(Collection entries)
######
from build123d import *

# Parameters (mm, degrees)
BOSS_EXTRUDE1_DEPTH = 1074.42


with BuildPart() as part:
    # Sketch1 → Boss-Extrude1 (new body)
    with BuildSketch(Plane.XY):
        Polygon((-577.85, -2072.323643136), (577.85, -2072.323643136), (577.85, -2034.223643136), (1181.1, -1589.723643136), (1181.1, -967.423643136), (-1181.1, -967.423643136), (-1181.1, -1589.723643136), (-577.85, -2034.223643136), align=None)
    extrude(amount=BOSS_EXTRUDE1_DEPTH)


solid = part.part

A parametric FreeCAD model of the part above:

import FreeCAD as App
import Part
import Sketcher

V = App.Vector
Q = App.Units.Quantity

doc = App.newDocument("Part")
body = doc.addObject("PartDesign::Body", "Body")

sketch1 = body.newObject("Sketcher::SketchObject", "Sketch")
sketch1.AttachmentSupport = (doc.getObject("XY_Plane"), [""])
sketch1.MapMode = "FlatFace"
sketch1.addGeometry([
    Part.LineSegment(V(-577.85, -2072.323643, 0), V(577.85, -2072.323643, 0)),
    Part.LineSegment(V(577.85, -2072.323643, 0), V(577.85, -2034.223643, 0)),
    Part.LineSegment(V(577.85, -2034.223643, 0), V(1181.1, -1589.723643, 0)),
    Part.LineSegment(V(1181.1, -1589.723643, 0), V(1181.1, -967.423643, 0)),
    Part.LineSegment(V(1181.1, -967.423643, 0), V(-1181.1, -967.423643, 0)),
    Part.LineSegment(V(-1181.1, -967.423643, 0), V(-1181.1, -1589.723643, 0)),
    Part.LineSegment(V(-1181.1, -1589.723643, 0), V(-577.85, -2034.223643, 0)),
    Part.LineSegment(V(-577.85, -2034.223643, 0), V(-577.85, -2072.323643, 0)),
], False)
sketch1.addConstraint([
    Sketcher.Constraint("Coincident", 0, 2, 1, 1),
    Sketcher.Constraint("Coincident", 1, 2, 2, 1),
    Sketcher.Constraint("Coincident", 2, 2, 3, 1),
    Sketcher.Constraint("Coincident", 3, 2, 4, 1),
    Sketcher.Constraint("Coincident", 4, 2, 5, 1),
    Sketcher.Constraint("Coincident", 5, 2, 6, 1),
    Sketcher.Constraint("Coincident", 6, 2, 7, 1),
    Sketcher.Constraint("Coincident", 7, 2, 0, 1),
    Sketcher.Constraint("Horizontal", 0),
    Sketcher.Constraint("Vertical", 1),
    Sketcher.Constraint("Vertical", 3),
    Sketcher.Constraint("Horizontal", 4),
    Sketcher.Constraint("Vertical", 5),
    Sketcher.Constraint("Vertical", 7),
    Sketcher.Constraint("Symmetric", 2, 2, 5, 2, -2),
    Sketcher.Constraint("Symmetric", 1, 2, 6, 2, -2),
    Sketcher.Constraint("DistanceX", 4, 2, 4, 1, Q("93 in")),
    Sketcher.Constraint("DistanceX", 0, 1, 0, 2, Q("45.5 in")),
    Sketcher.Constraint("DistanceY", 1, 1, 1, 2, Q("1.5 in")),
    Sketcher.Constraint("DistanceY", 3, 1, 3, 2, Q("24.5 in")),
    Sketcher.Constraint("DistanceY", 0, 2, 2, 2, Q("19 in")),
    Sketcher.Constraint("DistanceY", 0, 2, -1, 1, 2072.323643),
])
pad1 = body.newObject("PartDesign::Pad", "Pad")
pad1.Profile = sketch1
pad1.Length = Q("42.3 in")

doc.recompute()
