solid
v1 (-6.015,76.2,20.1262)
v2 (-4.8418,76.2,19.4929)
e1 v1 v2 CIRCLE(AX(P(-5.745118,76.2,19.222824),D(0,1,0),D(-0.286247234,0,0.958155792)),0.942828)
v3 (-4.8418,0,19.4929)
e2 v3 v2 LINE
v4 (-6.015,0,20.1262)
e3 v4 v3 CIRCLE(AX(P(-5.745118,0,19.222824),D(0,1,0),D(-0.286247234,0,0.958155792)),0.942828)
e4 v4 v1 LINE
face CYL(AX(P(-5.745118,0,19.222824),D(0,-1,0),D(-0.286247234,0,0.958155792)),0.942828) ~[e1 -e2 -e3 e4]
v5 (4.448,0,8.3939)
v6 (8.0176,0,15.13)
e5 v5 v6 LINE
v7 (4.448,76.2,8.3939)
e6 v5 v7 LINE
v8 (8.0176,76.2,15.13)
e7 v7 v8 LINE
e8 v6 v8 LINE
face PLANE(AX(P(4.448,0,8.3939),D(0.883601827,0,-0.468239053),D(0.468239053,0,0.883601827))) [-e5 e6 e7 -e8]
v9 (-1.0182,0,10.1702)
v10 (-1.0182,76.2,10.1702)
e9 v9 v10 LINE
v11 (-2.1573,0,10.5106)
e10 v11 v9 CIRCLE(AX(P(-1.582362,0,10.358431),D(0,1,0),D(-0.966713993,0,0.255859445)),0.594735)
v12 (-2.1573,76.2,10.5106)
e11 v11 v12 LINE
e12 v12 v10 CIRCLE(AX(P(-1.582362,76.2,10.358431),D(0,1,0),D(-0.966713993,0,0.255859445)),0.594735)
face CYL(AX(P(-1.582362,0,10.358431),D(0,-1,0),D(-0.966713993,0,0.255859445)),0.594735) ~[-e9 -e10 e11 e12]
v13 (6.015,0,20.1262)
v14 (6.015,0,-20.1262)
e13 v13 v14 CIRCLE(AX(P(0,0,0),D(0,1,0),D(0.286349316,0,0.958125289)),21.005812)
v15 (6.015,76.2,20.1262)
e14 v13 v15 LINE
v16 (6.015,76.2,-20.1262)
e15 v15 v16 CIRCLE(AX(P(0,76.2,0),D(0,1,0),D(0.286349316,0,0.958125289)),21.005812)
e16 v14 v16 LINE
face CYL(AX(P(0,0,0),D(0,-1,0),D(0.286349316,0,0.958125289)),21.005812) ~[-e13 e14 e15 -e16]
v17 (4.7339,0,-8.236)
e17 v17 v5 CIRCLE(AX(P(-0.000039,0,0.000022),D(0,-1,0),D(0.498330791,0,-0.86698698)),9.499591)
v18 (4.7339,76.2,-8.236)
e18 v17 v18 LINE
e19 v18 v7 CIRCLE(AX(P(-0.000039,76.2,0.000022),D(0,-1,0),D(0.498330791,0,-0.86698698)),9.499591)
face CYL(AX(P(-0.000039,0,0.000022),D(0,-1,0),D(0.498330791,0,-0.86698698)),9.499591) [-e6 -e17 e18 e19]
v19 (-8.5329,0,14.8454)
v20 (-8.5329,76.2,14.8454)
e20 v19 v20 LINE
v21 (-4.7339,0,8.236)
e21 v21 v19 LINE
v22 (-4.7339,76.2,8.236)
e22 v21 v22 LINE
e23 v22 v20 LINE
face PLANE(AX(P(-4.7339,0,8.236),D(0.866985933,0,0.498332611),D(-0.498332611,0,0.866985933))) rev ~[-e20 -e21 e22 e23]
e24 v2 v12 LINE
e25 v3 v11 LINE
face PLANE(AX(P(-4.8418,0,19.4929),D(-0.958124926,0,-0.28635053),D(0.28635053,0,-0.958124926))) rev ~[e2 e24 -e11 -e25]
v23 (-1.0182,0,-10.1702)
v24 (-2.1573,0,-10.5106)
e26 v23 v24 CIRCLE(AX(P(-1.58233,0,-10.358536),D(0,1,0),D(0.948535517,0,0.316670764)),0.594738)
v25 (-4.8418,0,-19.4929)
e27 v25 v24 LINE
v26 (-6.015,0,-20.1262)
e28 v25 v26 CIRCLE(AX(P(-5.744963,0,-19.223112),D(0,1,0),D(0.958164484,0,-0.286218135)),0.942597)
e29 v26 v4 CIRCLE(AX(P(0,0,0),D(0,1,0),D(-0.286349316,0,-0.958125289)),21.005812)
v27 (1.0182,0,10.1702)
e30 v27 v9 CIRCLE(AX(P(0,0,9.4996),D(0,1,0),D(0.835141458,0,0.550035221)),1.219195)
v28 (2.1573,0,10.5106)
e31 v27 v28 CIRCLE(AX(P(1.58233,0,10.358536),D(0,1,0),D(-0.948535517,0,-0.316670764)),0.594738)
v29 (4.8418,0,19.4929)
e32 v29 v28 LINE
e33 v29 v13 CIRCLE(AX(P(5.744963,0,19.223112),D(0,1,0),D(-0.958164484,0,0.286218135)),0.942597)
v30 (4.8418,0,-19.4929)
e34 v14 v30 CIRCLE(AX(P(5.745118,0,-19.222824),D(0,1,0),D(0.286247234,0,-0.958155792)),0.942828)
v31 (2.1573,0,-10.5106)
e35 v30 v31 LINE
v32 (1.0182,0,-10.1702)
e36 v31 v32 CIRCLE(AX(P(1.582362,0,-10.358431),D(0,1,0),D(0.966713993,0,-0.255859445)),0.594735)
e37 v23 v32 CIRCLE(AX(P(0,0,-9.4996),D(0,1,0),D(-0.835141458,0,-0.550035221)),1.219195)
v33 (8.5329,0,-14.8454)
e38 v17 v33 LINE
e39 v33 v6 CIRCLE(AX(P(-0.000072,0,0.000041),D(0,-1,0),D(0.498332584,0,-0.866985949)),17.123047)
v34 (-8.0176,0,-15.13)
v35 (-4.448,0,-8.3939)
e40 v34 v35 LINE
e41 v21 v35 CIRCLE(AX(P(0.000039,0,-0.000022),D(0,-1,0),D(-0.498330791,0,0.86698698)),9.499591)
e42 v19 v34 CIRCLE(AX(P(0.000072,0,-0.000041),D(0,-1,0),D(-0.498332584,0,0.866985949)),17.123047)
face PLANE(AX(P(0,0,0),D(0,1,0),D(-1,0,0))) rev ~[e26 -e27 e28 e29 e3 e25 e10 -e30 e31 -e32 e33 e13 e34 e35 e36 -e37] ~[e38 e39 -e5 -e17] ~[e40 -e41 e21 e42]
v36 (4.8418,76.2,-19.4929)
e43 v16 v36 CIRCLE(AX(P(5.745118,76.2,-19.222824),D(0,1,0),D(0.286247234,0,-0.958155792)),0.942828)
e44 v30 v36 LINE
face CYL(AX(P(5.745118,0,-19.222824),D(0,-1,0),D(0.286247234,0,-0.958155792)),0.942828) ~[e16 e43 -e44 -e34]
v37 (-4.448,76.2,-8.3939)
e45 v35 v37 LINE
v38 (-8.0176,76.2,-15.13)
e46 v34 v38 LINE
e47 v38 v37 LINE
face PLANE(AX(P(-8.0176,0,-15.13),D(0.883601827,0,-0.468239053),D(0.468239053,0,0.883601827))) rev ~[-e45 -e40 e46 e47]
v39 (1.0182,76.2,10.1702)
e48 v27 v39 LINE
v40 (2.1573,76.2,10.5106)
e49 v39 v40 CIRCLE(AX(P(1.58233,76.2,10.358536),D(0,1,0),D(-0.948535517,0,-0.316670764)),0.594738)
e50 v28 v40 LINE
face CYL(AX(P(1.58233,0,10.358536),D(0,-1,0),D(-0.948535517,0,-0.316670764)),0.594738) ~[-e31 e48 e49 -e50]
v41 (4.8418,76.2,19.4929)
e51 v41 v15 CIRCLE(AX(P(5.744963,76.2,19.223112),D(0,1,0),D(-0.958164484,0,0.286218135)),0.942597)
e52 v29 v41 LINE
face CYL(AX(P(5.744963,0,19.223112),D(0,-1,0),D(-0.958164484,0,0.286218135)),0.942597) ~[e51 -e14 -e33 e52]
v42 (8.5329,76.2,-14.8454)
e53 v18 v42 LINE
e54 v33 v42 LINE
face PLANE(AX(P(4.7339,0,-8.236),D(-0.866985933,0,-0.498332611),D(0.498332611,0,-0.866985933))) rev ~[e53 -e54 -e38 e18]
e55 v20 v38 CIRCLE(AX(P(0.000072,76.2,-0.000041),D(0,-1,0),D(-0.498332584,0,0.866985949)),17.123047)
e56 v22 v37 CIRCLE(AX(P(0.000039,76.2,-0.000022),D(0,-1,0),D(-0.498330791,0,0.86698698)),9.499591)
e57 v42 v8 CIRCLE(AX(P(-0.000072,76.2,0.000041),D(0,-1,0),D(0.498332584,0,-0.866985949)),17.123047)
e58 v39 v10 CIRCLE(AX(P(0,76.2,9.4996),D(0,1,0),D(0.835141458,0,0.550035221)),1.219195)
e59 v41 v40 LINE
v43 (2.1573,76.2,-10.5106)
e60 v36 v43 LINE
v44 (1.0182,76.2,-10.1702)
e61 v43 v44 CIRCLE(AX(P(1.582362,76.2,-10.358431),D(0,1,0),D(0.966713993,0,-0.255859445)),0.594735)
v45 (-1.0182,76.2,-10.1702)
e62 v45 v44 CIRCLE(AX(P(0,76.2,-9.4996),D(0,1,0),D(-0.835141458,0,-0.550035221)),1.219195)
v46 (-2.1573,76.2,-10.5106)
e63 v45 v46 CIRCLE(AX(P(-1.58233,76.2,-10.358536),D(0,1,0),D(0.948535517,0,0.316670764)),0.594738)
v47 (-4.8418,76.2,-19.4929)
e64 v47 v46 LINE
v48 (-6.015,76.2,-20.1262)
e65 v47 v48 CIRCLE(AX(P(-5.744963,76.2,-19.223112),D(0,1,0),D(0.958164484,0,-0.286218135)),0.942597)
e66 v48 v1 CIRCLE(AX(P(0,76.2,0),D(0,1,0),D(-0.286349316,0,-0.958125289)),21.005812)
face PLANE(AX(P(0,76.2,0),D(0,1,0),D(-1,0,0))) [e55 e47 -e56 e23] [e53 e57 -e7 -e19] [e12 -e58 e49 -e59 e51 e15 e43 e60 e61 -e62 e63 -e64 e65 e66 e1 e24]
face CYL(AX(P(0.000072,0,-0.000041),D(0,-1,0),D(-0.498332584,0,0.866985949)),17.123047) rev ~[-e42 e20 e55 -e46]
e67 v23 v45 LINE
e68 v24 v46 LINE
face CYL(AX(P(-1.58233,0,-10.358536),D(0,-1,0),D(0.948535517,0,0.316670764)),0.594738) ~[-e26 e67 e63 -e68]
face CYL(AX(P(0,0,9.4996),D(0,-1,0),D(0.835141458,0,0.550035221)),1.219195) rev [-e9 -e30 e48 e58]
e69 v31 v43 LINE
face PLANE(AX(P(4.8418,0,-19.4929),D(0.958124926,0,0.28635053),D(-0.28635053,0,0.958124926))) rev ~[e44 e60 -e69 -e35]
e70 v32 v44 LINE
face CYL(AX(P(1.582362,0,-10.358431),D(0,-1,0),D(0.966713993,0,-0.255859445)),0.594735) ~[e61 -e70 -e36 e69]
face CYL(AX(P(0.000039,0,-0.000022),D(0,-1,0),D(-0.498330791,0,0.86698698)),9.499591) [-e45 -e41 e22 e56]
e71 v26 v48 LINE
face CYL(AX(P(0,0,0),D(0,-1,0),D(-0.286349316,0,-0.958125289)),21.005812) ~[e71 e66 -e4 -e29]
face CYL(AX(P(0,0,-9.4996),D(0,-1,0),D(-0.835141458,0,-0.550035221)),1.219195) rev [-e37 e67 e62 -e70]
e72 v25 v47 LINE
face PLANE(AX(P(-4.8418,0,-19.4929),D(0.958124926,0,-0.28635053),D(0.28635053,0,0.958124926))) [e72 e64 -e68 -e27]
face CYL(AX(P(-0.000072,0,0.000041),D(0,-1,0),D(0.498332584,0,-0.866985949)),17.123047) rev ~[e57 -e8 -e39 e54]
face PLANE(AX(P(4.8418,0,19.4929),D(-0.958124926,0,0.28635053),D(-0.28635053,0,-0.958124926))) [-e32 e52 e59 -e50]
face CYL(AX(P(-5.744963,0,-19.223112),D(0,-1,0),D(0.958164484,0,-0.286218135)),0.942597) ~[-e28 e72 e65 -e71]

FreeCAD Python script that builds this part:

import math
import FreeCAD as App
import Part
import Sketcher
Q = App.Units.Quantity

doc = App.newDocument("Part")
body = doc.addObject("PartDesign::Body", "Body")

sketch1 = doc.addObject("Sketcher::SketchObject", "Sketch")
body.addObject(sketch1)
sketch1.AttachmentSupport = (doc.XZ_Plane, [""])
sketch1.MapMode = "FlatFace"
sketch1.addGeometry([
    Part.ArcOfCircle(Part.Circle(App.Vector(0, -9.5, 0), App.Vector(0, 0, 1), 1.2), math.radians(-33), math.radians(213)),
    Part.ArcOfCircle(Part.Circle(App.Vector(-1.6, -10.4, 0), App.Vector(0, 0, 1), 0.6), math.radians(-165), math.radians(18)),
    Part.LineSegment(App.Vector(-2.2, -10.5, 0), App.Vector(-4.8, -19.5, 0)),
    Part.ArcOfCircle(Part.Circle(App.Vector(-5.7, -19.2, 0), App.Vector(0, 0, 1), 0.9), math.radians(-107), math.radians(-17)),
    Part.ArcOfCircle(Part.Circle(App.Vector(0, 0, 0), App.Vector(0, 0, 1), 21), math.radians(107), math.radians(253)),
    Part.ArcOfCircle(Part.Circle(App.Vector(-5.7, 19.2, 0), App.Vector(0, 0, 1), 0.9), math.radians(17), math.radians(107)),
    Part.LineSegment(App.Vector(-4.8, 19.5, 0), App.Vector(-2.2, 10.5, 0)),
    Part.ArcOfCircle(Part.Circle(App.Vector(-1.6, 10.4, 0), App.Vector(0, 0, 1), 0.6), math.radians(-18), math.radians(165)),
    Part.ArcOfCircle(Part.Circle(App.Vector(0, 9.5, 0), App.Vector(0, 0, 1), 1.2), math.radians(147), math.radians(393)),
    Part.ArcOfCircle(Part.Circle(App.Vector(1.6, 10.4, 0), App.Vector(0, 0, 1), 0.6), math.radians(15), math.radians(198)),
    Part.LineSegment(App.Vector(2.2, 10.5, 0), App.Vector(4.8, 19.5, 0)),
    Part.ArcOfCircle(Part.Circle(App.Vector(5.7, 19.2, 0), App.Vector(0, 0, 1), 0.9), math.radians(73), math.radians(163)),
    Part.ArcOfCircle(Part.Circle(App.Vector(0, 0, 0), App.Vector(0, 0, 1), 21), math.radians(-73), math.radians(73)),
    Part.ArcOfCircle(Part.Circle(App.Vector(5.7, -19.2, 0), App.Vector(0, 0, 1), 0.9), math.radians(-163), math.radians(-73)),
    Part.LineSegment(App.Vector(4.8, -19.5, 0), App.Vector(2.2, -10.5, 0)),
    Part.ArcOfCircle(Part.Circle(App.Vector(1.6, -10.4, 0), App.Vector(0, 0, 1), 0.6), math.radians(162), math.radians(345)),
], False)
sketch1.addConstraint([
    Sketcher.Constraint("Coincident", 0, 2, 1, 2),
    Sketcher.Constraint("Coincident", 1, 1, 2, 1),
    Sketcher.Constraint("Tangent", 2, 2, 3, 2),
    Sketcher.Constraint("Tangent", 3, 1, 4, 2),
    Sketcher.Constraint("Tangent", 4, 1, 5, 2),
    Sketcher.Constraint("Tangent", 5, 1, 6, 1),
    Sketcher.Constraint("Coincident", 6, 2, 7, 2),
    Sketcher.Constraint("Coincident", 7, 1, 8, 1),
    Sketcher.Constraint("Coincident", 8, 2, 9, 2),
    Sketcher.Constraint("Coincident", 9, 1, 10, 1),
    Sketcher.Constraint("Tangent", 10, 2, 11, 2),
    Sketcher.Constraint("Tangent", 11, 1, 12, 2),
    Sketcher.Constraint("Tangent", 12, 1, 13, 2),
    Sketcher.Constraint("Tangent", 13, 1, 14, 1),
    Sketcher.Constraint("Coincident", 14, 2, 15, 2),
    Sketcher.Constraint("Coincident", 15, 1, 0, 1),
    Sketcher.Constraint("Coincident", 4, 3, -1, 1),
    Sketcher.Constraint("Coincident", 12, 3, -1, 1),
    Sketcher.Constraint("Equal", 3, 5),
    Sketcher.Constraint("Equal", 1, 7),
    Sketcher.Constraint("Equal", 0, 8),
    Sketcher.Constraint("Equal", 7, 9),
    Sketcher.Constraint("Equal", 5, 11),
    Sketcher.Constraint("Equal", 4, 12),
    Sketcher.Constraint("Equal", 11, 13),
    Sketcher.Constraint("Equal", 9, 15),
    Sketcher.Constraint("Symmetric", 0, 3, 8, 3, -1, 1),
    Sketcher.Constraint("Symmetric", 1, 3, 9, 3, -1, 1),
    Sketcher.Constraint("Symmetric", 7, 3, 15, 3, -1, 1),
    Sketcher.Constraint("Symmetric", 2, 2, 10, 2, -1, 1),
    Sketcher.Constraint("Symmetric", 5, 1, 13, 1, -1, 1),
    Sketcher.Constraint("Symmetric", 7, 3, 9, 3, -2),
    Sketcher.Constraint("Symmetric", 5, 1, 10, 2, -2),
    Sketcher.Constraint("PointOnObject", 0, 3, -2),
    Sketcher.Constraint("Radius", 0, Q("0.048 in")),
    Sketcher.Constraint("Radius", 4, Q("0.827 in")),
    Sketcher.Constraint("Angle", 2, Q("-106.6396 deg")),
    Sketcher.Constraint("Radius", 1, 0.5948),
    Sketcher.Constraint("Radius", 3, 0.9428),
######
- **EXERCISE GOAL**: From the records above, copy only the lines starting with the line that holds "e71 v26 v48 LINE" and going on through the line that holds "FreeCAD Python script", exactly as written.

- **TASK ANSWER**:
e71 v26 v48 LINE
face CYL(AX(P(0,0,0),D(0,-1,0),D(-0.286349316,0,-0.958125289)),21.005812) ~[e71 e66 -e4 -e29]
face CYL(AX(P(0,0,-9.4996),D(0,-1,0),D(-0.835141458,0,-0.550035221)),1.219195) rev [-e37 e67 e62 -e70]
e72 v25 v47 LINE
face PLANE(AX(P(-4.8418,0,-19.4929),D(0.958124926,0,-0.28635053),D(0.28635053,0,0.958124926))) [e72 e64 -e68 -e27]
face CYL(AX(P(-0.000072,0,0.000041),D(0,-1,0),D(0.498332584,0,-0.866985949)),17.123047) rev ~[e57 -e8 -e39 e54]
face PLANE(AX(P(4.8418,0,19.4929),D(-0.958124926,0,0.28635053),D(-0.28635053,0,-0.958124926))) [-e32 e52 e59 -e50]
face CYL(AX(P(-5.744963,0,-19.223112),D(0,-1,0),D(0.958164484,0,-0.286218135)),0.942597) ~[-e28 e72 e65 -e71]

FreeCAD Python script that builds this part:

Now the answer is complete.